Zdegradowanemu Sejmowi ktoś taki, kto nie boi się mieć własnego zdania, a jednocześnie nie jest mocno partyjnie uwiązany, jest po prostu potrzebny. I wydawać by się mogło, że wszyscy powinni być zadowoleni.
Tymczasem otrzymaliśmy pokaz politycznego pieniactwa i hipokryzji. przyznawano, że minister Cimoszewicz mało do SLD pasuje, ale przecież nikt z Sojuszu nie ma dziś moralnego prawa sprawować żadnej funkcji, mówił na przykład przedstawiciel partii, której innego przedstawiciela Cimoszewicz, jeszcze jako premier, pogonił z rządu za sprawę mocno aferalną. Zdanie o braku prawa moralnego zabrzmiało wyjątkowo nieprzyzwoicie, ale przedstawiciel partii jakoś tej nieprzyzwoitości zdawał się nie dostrzegać. prostu stanął w szeregu Katonów osądzających, choć jego ugrupowanie łasną przeszłość sądzi mało chętnie.
Inny przedstawiciel dużej partii mówił o honorze. Oto jest tyle ważnych spraw w polityce zagranicznej, że honor powinien Cimoszewiczowi nakazać trwać na stanowisku ministra.

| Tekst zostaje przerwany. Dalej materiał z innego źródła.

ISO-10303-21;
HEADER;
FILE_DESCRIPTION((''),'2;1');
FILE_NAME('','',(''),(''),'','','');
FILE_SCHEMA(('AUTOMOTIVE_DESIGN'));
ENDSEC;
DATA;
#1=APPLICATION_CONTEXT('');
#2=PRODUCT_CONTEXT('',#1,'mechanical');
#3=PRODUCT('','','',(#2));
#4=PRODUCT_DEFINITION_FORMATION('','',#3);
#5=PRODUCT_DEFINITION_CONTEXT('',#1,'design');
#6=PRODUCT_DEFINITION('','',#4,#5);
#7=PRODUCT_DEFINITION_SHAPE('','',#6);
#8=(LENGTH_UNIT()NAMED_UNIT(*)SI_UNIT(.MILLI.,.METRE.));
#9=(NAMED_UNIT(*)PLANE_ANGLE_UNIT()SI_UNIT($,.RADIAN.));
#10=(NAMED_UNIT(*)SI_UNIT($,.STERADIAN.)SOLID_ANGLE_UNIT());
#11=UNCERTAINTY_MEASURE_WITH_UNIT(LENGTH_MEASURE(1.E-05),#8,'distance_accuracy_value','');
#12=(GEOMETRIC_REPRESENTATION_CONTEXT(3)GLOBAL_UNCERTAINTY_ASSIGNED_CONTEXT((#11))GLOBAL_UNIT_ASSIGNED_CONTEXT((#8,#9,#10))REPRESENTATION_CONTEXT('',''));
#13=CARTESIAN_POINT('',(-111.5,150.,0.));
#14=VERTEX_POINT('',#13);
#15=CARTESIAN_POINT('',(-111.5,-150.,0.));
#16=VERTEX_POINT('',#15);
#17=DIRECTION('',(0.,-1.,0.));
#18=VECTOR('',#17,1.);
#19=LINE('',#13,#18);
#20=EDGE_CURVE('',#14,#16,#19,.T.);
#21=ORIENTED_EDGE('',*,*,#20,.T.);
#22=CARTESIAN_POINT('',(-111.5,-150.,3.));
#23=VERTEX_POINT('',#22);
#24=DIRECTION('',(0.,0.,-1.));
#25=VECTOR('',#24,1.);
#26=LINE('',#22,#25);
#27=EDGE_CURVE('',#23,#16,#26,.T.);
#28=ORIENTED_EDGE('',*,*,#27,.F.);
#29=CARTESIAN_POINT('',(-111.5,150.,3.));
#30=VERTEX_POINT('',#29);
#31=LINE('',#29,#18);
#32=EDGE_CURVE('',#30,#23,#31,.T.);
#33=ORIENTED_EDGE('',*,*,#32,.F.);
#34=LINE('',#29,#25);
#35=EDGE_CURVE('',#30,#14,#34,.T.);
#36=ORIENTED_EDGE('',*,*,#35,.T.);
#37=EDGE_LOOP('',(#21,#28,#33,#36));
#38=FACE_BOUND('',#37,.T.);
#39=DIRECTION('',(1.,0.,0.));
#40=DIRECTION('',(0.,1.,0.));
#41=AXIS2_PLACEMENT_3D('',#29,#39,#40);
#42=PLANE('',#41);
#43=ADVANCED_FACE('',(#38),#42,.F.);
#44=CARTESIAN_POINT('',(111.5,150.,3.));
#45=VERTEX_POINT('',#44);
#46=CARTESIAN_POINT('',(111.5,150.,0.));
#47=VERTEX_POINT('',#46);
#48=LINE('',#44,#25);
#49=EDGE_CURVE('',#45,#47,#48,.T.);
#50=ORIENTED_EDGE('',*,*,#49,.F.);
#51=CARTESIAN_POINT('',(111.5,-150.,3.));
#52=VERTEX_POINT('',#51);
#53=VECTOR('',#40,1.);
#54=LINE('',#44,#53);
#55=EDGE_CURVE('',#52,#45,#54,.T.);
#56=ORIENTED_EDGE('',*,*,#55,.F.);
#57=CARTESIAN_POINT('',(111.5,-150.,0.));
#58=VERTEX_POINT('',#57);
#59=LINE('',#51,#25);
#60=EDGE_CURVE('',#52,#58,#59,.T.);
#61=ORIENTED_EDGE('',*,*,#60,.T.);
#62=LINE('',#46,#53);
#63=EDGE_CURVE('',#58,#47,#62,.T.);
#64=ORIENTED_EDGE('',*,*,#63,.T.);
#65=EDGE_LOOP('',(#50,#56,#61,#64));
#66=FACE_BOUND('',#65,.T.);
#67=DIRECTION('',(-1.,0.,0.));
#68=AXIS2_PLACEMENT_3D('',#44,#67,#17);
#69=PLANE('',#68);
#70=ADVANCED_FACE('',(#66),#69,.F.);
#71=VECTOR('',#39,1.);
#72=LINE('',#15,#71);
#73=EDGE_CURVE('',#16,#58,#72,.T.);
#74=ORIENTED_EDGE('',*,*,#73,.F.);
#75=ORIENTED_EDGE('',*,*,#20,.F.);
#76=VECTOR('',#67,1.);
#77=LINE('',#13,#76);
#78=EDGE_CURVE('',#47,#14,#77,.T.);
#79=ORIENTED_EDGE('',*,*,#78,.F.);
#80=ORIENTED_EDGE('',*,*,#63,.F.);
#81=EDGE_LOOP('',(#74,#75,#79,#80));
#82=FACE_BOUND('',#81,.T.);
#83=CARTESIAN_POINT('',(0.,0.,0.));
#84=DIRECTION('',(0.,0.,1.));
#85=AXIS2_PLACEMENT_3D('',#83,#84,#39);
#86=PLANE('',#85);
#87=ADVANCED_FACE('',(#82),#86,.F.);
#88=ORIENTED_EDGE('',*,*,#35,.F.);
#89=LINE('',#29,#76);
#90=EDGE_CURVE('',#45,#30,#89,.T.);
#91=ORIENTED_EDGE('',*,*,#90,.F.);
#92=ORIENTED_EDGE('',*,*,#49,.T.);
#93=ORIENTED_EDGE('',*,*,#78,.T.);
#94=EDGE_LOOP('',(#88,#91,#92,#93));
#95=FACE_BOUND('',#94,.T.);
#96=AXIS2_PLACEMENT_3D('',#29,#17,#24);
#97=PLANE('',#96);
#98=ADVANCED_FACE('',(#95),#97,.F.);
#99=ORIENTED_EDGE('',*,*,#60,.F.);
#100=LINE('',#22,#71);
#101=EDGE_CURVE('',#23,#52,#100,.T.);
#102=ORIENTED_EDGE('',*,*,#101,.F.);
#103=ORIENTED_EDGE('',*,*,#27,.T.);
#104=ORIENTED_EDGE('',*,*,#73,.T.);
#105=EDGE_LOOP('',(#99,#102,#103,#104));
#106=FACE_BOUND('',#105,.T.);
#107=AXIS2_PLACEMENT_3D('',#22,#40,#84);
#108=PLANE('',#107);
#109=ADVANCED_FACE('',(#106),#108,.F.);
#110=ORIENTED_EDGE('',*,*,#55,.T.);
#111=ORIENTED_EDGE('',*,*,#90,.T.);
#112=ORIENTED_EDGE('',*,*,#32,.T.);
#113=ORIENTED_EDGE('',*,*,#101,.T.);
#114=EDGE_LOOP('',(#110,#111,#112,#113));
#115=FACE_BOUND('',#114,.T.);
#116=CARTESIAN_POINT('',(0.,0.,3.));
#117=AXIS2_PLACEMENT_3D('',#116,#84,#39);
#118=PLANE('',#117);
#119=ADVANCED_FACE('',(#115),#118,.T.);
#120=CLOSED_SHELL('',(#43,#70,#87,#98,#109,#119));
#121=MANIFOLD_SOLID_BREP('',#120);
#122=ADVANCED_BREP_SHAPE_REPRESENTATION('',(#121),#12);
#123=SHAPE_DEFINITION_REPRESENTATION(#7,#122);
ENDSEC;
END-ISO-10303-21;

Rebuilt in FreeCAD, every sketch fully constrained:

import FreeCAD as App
import Part
import Sketcher
from FreeCAD import Vector

doc = App.newDocument("Part")
body = doc.addObject("PartDesign::Body", "Body")

sketch1 = body.newObject("Sketcher::SketchObject", "Sketch")
sketch1.AttachmentSupport = (doc.getObject("XY_Plane"), [""])
sketch1.MapMode = "FlatFace"
sketch1.addGeometry([
    Part.LineSegment(Vector(-111.5, 150, 0), Vector(-111.5, -150, 0)),
    Part.LineSegment(Vector(-111.5, -150, 0), Vector(111.5, -150, 0)),
    Part.LineSegment(Vector(111.5, -150, 0), Vector(111.5, 150, 0)),
    Part.LineSegment(Vector(111.5, 150, 0), Vector(-111.5, 150, 0)),
], False)
sketch1.addConstraint([
    Sketcher.Constraint("Coincident", 0, 2, 1, 1),
    Sketcher.Constraint("Coincident", 1, 2, 2, 1),
    Sketcher.Constraint("Coincident", 2, 2, 3, 1),
    Sketcher.Constraint("Coincident", 3, 2, 0, 1),
    Sketcher.Constraint("Vertical", 0),
    Sketcher.Constraint("Horizontal", 1),
    Sketcher.Constraint("Vertical", 2),
    Sketcher.Constraint("Horizontal", 3),
    Sketcher.Constraint("Symmetric", 0, 2, 2, 2, -1, 1),
    Sketcher.Constraint("DistanceX", 1, 1, 1, 2, 223.0),
    Sketcher.Constraint("DistanceY", 0, 2, 0, 1, 300.0),
])
pad1 = body.newObject("PartDesign::Pad", "Pad")
pad1.Profile = sketch1
pad1.Length = 3

doc.recompute()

Trwać i oczywiście naprawiać błędy, które w polityce zagranicznej popełnił ów partyjny miłośnik honoru, gdy walczył z projektem europejskiego traktatu konstytucyjnego. Jeszcze inni bali się, że Cimoszewicz z marszałka od razu pomknie do prezydentury, a tu przecież kandydatów z małymi szansami jest bez liku. Tłok wielki i jeszcze jeden konkurent miałby przybyć? Jeszcze inni twierdzili, że kandydat w MSZ otoczył się agentami i oni nie pozwolą na przesiedlenie agentów do Sejmu.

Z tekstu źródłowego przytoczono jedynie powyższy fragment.